CGIAR Blog - January 2025
Kore Global Blogs
March 4, 2025 at 6pm to March 6, 2025 at 7pm – Europe
0 Comments 0 LikesLooking particularly into the Indian context, here are some of the thoughts, while we undertake the journey towards SDGs:
1. to what extent evaluations are taken seriously by relevant stakeholders? How evaluations & integration of its results can be made mandatory for any development program, be it by the Government, by Corporate, or by NGOs? How evaluations can go beyond a formality / routine exercise and taken seriously by all concerned: as a tool for change, as a process to enhance program relevance & effectiveness, as a way to enhance inclusion of the excluded?
2. To what extent evaluations are (not only) gender-responsive but also responsive to all types of exclusion, marginalization, vulnerabilities & inequalities: do we have adequate, appropriate, effective tools and techniques to make evaluations responsive to inequality and exclusion? During evaluations, are we really able to reach to the "most excluded" population & include their voices?
3. To what extent evaluations are participatory, realistic, context-specific, customized and use-focused? To what extent the findings and recommendations from the evaluations are "actually used" to bring the desired changes?

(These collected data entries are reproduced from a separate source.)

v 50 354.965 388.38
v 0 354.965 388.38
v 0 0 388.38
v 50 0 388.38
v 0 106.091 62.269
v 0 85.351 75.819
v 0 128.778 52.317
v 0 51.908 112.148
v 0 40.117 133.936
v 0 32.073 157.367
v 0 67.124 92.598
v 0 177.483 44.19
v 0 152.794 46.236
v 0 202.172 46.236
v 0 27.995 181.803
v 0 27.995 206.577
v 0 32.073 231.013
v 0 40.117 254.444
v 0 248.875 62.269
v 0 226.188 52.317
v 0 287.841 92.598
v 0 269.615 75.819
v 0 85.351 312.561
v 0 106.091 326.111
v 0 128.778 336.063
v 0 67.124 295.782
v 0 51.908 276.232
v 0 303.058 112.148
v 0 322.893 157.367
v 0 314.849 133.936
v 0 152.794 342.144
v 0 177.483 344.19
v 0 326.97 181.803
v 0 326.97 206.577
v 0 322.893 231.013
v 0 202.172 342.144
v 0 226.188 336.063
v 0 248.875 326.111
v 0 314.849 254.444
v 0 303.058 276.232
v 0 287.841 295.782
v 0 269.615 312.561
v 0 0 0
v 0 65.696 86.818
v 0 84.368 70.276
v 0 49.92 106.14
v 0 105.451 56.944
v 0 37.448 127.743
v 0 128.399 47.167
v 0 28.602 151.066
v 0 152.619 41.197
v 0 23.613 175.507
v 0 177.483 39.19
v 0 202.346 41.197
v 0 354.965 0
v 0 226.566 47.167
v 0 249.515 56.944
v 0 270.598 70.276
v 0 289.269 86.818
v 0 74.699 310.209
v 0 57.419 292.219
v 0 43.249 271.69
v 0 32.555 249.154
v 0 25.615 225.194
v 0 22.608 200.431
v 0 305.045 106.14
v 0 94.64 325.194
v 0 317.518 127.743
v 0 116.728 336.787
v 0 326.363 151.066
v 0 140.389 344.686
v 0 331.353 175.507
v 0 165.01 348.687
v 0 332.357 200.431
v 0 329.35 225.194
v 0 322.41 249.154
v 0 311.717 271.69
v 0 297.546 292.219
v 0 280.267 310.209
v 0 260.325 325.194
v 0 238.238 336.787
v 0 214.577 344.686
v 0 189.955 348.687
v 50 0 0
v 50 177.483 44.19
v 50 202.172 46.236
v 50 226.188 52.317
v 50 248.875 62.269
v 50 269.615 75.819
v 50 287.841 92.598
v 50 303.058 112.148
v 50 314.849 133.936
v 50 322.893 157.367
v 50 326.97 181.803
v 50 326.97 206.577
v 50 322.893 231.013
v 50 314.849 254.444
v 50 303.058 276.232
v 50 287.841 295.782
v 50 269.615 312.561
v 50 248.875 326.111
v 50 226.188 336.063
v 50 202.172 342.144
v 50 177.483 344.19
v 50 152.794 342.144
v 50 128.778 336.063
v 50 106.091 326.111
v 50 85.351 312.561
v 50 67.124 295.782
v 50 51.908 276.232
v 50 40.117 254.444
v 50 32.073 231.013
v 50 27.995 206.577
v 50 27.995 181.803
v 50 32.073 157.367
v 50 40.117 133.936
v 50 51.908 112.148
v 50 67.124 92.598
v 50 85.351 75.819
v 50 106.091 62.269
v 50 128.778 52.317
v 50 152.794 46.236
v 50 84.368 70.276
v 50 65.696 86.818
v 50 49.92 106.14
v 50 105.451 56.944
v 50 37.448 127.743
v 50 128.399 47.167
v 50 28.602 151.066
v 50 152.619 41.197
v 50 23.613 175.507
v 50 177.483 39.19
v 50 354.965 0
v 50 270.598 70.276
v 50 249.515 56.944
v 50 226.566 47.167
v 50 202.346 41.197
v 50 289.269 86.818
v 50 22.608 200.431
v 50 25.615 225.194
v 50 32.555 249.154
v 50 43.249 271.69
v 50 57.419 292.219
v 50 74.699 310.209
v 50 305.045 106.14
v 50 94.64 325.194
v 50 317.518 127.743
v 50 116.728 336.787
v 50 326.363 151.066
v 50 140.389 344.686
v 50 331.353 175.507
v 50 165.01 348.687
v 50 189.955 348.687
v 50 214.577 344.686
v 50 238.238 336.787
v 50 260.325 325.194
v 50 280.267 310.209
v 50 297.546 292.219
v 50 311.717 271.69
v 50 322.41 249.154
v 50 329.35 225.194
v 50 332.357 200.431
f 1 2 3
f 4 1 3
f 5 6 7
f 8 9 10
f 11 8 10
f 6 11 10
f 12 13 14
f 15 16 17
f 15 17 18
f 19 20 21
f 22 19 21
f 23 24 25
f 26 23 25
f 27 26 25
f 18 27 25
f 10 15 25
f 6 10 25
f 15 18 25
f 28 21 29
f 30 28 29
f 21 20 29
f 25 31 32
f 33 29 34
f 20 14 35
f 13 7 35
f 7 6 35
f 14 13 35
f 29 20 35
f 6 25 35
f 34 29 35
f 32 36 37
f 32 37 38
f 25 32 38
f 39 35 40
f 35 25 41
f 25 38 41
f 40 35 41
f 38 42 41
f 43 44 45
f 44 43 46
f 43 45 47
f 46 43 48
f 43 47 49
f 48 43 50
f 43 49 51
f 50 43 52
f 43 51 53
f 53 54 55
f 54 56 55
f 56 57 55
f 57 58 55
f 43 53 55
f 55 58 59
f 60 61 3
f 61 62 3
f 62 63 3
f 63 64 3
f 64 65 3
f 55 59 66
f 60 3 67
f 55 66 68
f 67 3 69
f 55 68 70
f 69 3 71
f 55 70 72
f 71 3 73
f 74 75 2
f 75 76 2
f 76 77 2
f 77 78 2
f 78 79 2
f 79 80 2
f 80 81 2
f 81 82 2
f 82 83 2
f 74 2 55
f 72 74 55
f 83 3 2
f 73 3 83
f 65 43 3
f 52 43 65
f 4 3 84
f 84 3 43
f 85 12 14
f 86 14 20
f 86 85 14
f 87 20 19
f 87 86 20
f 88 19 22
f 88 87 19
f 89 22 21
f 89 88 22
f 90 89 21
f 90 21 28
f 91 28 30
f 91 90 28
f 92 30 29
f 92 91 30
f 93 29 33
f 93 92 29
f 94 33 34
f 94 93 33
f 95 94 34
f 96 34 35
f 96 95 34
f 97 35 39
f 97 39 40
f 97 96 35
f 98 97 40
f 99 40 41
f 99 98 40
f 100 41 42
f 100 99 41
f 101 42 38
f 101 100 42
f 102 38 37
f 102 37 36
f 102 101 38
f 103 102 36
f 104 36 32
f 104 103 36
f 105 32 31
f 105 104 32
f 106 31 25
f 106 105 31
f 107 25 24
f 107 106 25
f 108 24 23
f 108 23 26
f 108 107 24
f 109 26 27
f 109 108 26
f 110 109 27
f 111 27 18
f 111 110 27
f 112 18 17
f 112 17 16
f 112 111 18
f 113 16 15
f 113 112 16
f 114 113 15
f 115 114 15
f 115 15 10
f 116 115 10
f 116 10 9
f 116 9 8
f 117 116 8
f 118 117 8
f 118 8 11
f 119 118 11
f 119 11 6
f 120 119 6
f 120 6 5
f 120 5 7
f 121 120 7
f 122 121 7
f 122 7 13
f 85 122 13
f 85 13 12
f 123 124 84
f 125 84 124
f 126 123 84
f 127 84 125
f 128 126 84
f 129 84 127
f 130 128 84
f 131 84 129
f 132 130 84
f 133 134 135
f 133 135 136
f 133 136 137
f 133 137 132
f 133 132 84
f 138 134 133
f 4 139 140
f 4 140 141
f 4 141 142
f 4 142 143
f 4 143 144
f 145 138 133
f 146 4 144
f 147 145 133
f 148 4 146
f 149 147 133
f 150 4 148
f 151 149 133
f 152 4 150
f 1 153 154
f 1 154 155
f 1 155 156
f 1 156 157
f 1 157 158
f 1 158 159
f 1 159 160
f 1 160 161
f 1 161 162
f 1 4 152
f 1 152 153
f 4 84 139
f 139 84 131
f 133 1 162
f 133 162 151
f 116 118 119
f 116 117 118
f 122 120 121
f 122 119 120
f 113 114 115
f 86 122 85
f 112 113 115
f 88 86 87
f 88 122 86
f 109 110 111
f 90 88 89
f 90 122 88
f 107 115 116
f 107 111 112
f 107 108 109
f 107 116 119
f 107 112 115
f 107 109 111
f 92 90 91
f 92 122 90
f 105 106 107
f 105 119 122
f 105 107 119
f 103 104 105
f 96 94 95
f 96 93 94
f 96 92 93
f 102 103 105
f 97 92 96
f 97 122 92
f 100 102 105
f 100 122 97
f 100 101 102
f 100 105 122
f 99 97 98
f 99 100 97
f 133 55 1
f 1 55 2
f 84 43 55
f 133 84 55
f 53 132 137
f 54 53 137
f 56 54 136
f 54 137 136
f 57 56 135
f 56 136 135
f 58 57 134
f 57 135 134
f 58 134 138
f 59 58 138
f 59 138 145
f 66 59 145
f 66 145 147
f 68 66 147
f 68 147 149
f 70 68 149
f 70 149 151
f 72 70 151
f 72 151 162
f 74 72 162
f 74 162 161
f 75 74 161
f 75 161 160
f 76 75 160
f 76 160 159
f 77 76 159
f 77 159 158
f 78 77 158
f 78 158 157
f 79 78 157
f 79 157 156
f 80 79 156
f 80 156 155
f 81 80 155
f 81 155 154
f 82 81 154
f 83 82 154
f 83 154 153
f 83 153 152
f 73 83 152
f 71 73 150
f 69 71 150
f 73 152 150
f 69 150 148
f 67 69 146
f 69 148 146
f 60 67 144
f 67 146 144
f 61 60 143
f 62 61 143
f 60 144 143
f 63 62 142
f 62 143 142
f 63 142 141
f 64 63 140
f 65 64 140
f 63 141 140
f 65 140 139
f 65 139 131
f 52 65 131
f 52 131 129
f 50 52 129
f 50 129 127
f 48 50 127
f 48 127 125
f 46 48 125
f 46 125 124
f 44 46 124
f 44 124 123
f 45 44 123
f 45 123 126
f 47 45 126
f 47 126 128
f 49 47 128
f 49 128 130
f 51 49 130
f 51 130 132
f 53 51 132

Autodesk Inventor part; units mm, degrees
ref_plane "YZ Plane" through (0, 0, 0) normal (1, 0, 0) x (0, 1, 0)
ref_plane "XZ Plane" through (0, 0, 0) normal (0, 1, 0) x (-1, 0, 0)
ref_plane "XY Plane" through (0, 0, 0) normal (0, 0, 1) x (1, 0, 0)
sketch "スケッチ1" plane through (0, 0, 0) normal (1, 0, 0) x (0, 1, 0)
  line L0 (0, 0) -> (354.9654, 0)
  line L1 (354.9654, 0) -> (354.9654, 388.3801)
  line L2 (354.9654, 388.3801) -> (0, 388.3801)
  line L3 (0, 388.3801) -> (0, 0)
extrude "押し出し1" add sketch "スケッチ1" along normal blind 50
sketch "スケッチ2" plane through (50, 0, 0) normal (1, 0, 0) x (0, 0, -1)
  line L0 (-388.3801, 354.9654) -> (-388.3801, 0) projected
  line L1 (-388.3801, 177.4827) -> (0, 177.4827)
  line L2 (0, 0) -> (0, 354.9654) projected
  line L3 (-388.3801, 0) -> (0, 0) projected
  line L4 (-194.19, 0) -> (-194.19, 354.9654)
  line L5 (0, 354.9654) -> (-388.3801, 354.9654) projected
  circle A0 centre (-194.19, 177.4827) radius 150
  circle A1 centre (-194.19, 177.4827) radius 155
  point P0 (-194.19, 177.4827)
  dimension "d2" = 300
  dimension "d3" = 5
extrude "押し出し2" cut sketch "スケッチ2" against normal through all contours A1 L4 A0 L1 | L1 A0 L4 A1 | A1 L1 A0 L4 | L4 A0 L1 A1
properties part number "radiator 2018"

The "Fear Factor" with evaluation is still very high, and the hide & seek game goes on during evaluations: how to make evaluations enabling and facilitative so that it can create ownership among all stakeholders & contribute to positive changes, leading to SDG?
4. How evaluations can influence the larger players in the development sector: particularly the government, whose financial investment will be the maximum, for programs aimed at SDG? Can evaluations influence & guide the policy making at the government level to make government development programs gender-responsive, fully inclusive and based on the principles of equity and equality? And beyond that, how evaluations can influence the decision making process at the international community level?
For finding realistic solutions to the above challenges, we, the evaluators and evaluation communities need to come closer and together, not merely to share thoughts and theoretical perspectives, but to share our individual and institutional resources, in terms of effective tools, techniques, designs and methodologies, to make evaluations responsive and inclusive. By coming together, not only we can enrich each other, build our own capacities further and find out ways & measures for better evaluations, but also advocate for including the voices of the excluded at different forums, and engage with and influence the larger players in the development sector. Be it a small evaluation organization or a large, we have to take the ownership and responsibility to customize our evaluations in such a manner that it always contributes to SDG.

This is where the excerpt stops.